Niclas Kupper comments on Transformers Represent Belief State Geometry in their Residual Stream

Niclas Kupper 24 Apr 2024 12:09 UTC
1 point
0
Is there some theoretical result along the lines of “A sufficiently large transformer can learn any HMM”?
- Alexander Gietelink Oldenziel 24 Apr 2024 12:29 UTC
  3 points
  0
  Parent
  Depending on what one means by ‘learn’ this is provably impossible. The reason has nothing to do with the transformer architecture (which one shouldn’t think of as a canonical architecture in the grand scheme of things anyway).
  
  There is a 2-state generative HMM such that the optimal predictor of the output of said generative model provably requires an infinite number of states.

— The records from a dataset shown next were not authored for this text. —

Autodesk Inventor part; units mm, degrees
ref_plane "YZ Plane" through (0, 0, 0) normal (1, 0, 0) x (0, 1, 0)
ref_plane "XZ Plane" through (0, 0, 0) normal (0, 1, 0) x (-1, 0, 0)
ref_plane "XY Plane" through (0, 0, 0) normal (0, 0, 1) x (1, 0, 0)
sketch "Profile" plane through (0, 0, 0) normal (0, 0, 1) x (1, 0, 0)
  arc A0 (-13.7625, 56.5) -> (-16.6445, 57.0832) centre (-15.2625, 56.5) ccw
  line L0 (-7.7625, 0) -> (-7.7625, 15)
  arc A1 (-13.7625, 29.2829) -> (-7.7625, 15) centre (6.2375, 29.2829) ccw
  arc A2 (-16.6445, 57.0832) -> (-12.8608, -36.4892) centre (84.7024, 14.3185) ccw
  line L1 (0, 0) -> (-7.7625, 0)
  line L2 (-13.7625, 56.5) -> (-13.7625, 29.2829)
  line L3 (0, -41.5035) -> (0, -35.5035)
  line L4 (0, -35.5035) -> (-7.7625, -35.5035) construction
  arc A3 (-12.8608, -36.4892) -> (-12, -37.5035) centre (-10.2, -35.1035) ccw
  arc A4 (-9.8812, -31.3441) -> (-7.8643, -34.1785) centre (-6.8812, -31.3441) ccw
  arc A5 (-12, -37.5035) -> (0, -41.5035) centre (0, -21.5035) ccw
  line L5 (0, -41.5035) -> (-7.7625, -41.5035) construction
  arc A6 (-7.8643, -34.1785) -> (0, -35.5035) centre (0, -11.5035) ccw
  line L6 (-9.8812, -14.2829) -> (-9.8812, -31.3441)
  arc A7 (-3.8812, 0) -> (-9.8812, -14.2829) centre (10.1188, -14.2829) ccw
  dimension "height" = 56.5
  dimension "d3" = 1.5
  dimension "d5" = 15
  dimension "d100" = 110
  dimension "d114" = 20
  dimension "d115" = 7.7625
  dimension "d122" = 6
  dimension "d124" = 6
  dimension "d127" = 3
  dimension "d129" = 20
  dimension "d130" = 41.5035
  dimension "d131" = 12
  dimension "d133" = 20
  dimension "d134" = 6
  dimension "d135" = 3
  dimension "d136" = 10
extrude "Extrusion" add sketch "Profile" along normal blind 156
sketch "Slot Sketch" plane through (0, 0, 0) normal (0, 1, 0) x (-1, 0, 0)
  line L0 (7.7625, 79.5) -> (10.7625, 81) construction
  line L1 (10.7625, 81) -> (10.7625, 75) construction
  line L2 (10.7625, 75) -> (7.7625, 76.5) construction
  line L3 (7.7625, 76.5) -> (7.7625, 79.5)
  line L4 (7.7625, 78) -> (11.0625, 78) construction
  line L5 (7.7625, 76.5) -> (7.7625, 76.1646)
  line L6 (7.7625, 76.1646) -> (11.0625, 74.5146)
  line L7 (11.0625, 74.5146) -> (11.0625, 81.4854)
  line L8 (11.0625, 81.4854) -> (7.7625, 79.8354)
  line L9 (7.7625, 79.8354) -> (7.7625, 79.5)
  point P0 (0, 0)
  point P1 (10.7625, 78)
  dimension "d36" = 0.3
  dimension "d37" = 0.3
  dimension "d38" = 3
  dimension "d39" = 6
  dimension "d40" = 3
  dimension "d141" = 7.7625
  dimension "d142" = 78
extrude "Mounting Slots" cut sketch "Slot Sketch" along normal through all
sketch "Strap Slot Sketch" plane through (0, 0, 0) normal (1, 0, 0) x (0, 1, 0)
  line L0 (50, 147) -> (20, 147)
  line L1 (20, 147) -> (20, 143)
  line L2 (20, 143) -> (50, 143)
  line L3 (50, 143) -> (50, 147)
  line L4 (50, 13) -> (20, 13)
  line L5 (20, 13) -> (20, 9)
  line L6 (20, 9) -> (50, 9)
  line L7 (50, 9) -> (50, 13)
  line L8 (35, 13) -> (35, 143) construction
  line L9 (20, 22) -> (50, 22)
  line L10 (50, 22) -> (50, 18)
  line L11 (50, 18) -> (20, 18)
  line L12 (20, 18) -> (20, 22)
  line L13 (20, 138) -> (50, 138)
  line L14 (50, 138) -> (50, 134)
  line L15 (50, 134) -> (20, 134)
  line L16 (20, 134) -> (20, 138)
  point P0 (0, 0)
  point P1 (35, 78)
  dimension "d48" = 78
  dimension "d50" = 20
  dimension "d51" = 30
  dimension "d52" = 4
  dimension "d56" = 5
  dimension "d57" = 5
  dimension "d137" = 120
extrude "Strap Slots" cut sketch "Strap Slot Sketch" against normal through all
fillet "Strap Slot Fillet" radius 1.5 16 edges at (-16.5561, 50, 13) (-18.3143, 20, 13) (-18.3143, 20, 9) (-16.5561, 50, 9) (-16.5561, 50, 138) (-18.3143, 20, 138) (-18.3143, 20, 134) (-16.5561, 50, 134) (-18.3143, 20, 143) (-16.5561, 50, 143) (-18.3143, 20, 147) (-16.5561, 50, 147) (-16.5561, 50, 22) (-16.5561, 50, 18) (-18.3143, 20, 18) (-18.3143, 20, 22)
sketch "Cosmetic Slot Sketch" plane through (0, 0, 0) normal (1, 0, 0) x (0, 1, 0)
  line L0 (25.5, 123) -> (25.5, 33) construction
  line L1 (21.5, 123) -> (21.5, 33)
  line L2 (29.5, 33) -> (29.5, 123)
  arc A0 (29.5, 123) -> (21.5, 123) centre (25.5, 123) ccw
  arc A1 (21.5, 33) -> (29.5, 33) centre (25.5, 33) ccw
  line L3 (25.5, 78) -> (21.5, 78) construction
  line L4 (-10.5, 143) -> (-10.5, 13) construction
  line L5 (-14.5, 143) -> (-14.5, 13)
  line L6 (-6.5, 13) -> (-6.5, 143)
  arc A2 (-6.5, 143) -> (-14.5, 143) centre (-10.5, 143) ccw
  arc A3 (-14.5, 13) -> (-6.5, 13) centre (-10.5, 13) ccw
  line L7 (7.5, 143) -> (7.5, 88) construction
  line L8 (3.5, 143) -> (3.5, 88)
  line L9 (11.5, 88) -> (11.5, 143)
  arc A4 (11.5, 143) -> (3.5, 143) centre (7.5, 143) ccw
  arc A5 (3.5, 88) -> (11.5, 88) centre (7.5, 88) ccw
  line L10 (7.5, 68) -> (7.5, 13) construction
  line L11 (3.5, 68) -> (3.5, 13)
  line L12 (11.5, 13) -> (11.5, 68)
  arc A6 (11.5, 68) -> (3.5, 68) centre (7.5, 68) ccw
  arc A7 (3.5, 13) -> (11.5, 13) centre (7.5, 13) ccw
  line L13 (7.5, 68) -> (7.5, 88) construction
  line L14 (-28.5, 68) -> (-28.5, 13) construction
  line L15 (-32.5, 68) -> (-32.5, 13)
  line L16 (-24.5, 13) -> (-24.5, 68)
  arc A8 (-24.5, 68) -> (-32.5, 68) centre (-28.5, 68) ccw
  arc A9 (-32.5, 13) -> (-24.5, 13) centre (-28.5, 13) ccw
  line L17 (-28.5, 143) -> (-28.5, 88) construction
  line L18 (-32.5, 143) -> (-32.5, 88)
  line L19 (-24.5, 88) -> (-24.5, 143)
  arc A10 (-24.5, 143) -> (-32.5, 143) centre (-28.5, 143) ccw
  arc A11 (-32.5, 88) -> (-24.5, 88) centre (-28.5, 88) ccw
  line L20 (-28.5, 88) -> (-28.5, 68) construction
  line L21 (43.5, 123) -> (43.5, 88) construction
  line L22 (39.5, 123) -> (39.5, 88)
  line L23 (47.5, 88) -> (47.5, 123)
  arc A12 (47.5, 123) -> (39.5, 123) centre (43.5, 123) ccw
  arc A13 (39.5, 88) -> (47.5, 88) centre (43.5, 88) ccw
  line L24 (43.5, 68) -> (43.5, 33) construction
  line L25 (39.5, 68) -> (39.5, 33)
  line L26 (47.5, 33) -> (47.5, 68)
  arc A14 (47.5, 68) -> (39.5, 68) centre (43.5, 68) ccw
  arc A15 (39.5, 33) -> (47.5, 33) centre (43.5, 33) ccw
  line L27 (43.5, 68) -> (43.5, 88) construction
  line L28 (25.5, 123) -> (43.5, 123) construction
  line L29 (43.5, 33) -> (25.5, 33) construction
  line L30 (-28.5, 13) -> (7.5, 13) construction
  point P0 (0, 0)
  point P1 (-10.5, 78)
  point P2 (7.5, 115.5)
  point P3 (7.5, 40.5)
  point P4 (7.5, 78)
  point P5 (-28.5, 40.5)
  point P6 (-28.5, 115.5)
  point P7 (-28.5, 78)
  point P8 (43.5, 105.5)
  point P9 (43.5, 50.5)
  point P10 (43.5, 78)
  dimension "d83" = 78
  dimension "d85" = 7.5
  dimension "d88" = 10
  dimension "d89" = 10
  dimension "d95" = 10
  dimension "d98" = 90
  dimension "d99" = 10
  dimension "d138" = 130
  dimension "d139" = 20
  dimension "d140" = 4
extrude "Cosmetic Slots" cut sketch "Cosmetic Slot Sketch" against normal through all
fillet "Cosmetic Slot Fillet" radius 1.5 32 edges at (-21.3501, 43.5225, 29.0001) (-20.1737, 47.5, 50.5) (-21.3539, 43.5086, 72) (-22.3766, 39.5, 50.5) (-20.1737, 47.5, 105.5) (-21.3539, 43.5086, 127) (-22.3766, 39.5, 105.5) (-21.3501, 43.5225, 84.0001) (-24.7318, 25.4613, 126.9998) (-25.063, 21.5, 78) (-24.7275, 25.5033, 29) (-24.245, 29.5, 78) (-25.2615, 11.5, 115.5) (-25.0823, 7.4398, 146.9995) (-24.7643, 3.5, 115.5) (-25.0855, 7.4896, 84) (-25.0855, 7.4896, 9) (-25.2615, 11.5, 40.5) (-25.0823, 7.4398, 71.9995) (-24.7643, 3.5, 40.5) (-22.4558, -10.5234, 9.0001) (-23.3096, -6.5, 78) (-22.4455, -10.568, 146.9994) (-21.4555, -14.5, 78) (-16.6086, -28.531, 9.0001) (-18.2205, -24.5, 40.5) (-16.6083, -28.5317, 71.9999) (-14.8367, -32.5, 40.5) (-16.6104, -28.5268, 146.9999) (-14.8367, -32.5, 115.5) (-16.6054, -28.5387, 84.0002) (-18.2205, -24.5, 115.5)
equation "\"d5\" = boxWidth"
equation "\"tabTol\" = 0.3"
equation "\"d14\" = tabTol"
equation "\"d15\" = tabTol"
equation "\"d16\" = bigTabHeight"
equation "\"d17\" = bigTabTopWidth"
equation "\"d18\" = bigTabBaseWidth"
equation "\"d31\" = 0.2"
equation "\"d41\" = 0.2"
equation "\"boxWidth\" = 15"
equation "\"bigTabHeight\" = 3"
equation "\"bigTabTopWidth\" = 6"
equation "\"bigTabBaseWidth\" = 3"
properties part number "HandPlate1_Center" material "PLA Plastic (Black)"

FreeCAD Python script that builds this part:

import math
import FreeCAD as App
import Part
import Sketcher
Q = App.Units.Quantity


def edges_at(feature, points):
    """Names of the edges that pass closest to the given points."""
    edges = feature.Shape.Edges
    near = lambda p: min(range(len(edges)), key=lambda i: edges[i].distToShape(Part.Vertex(*p))[0])
    return sorted({f"Edge{near(p) + 1}" for p in points})

doc = App.newDocument("Part")
params = doc.addObject("Spreadsheet::Sheet", "Params")
for row, (alias, value) in enumerate([
    ("sketch1_radius", "110 mm"),
    ("sketch1_radius2", "3 mm"),
    ("sketch1_radius3", "20 mm"),
    ("sketch1_radius4", "1.5 mm"),
    ("sketch1_height", "6 mm"),
    ("pad1_length", "156 mm"),
    ("sketch3_width", "30 mm"),
    ("sketch3_height", "4 mm"),
    ("fillet_radius", "1.5 mm"),
    ("sketch4_radius", "4 mm"),
    ("sketch4_height", "90 mm"),
    ("sketch4_height2", "130 mm"),
    ("fillet2_radius", "1.5 mm"),
], start=1):
    params.set(f"A{row}", alias)
    params.set(f"B{row}", "=" + value)
    params.setAlias(f"B{row}", alias)

body = doc.addObject("PartDesign::Body", "Body")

This is for any model of computation, any architecture.
  
  Of course, that’s maybe not what you intend by ‘learn’. If you mean by ‘learn’ express the underlying function of an HMM then the answer is yes by the Universal Approximation Theorem (a very fancy name for a trivial application of the Stone-Weierstrass theorem).
  
  Hope this helped. 😄
  - Niclas Kupper 28 Apr 2024 8:24 UTC
    1 point
    0
    Parent
    Where can I read about this 2-state HMM? By learn I just mean approximate via an algorithm. The UAT is not sufficient as it talks about learning a known function. Baum-Welch is such an algorithm, but as a far as I am aware it gives no guarantees on anything really.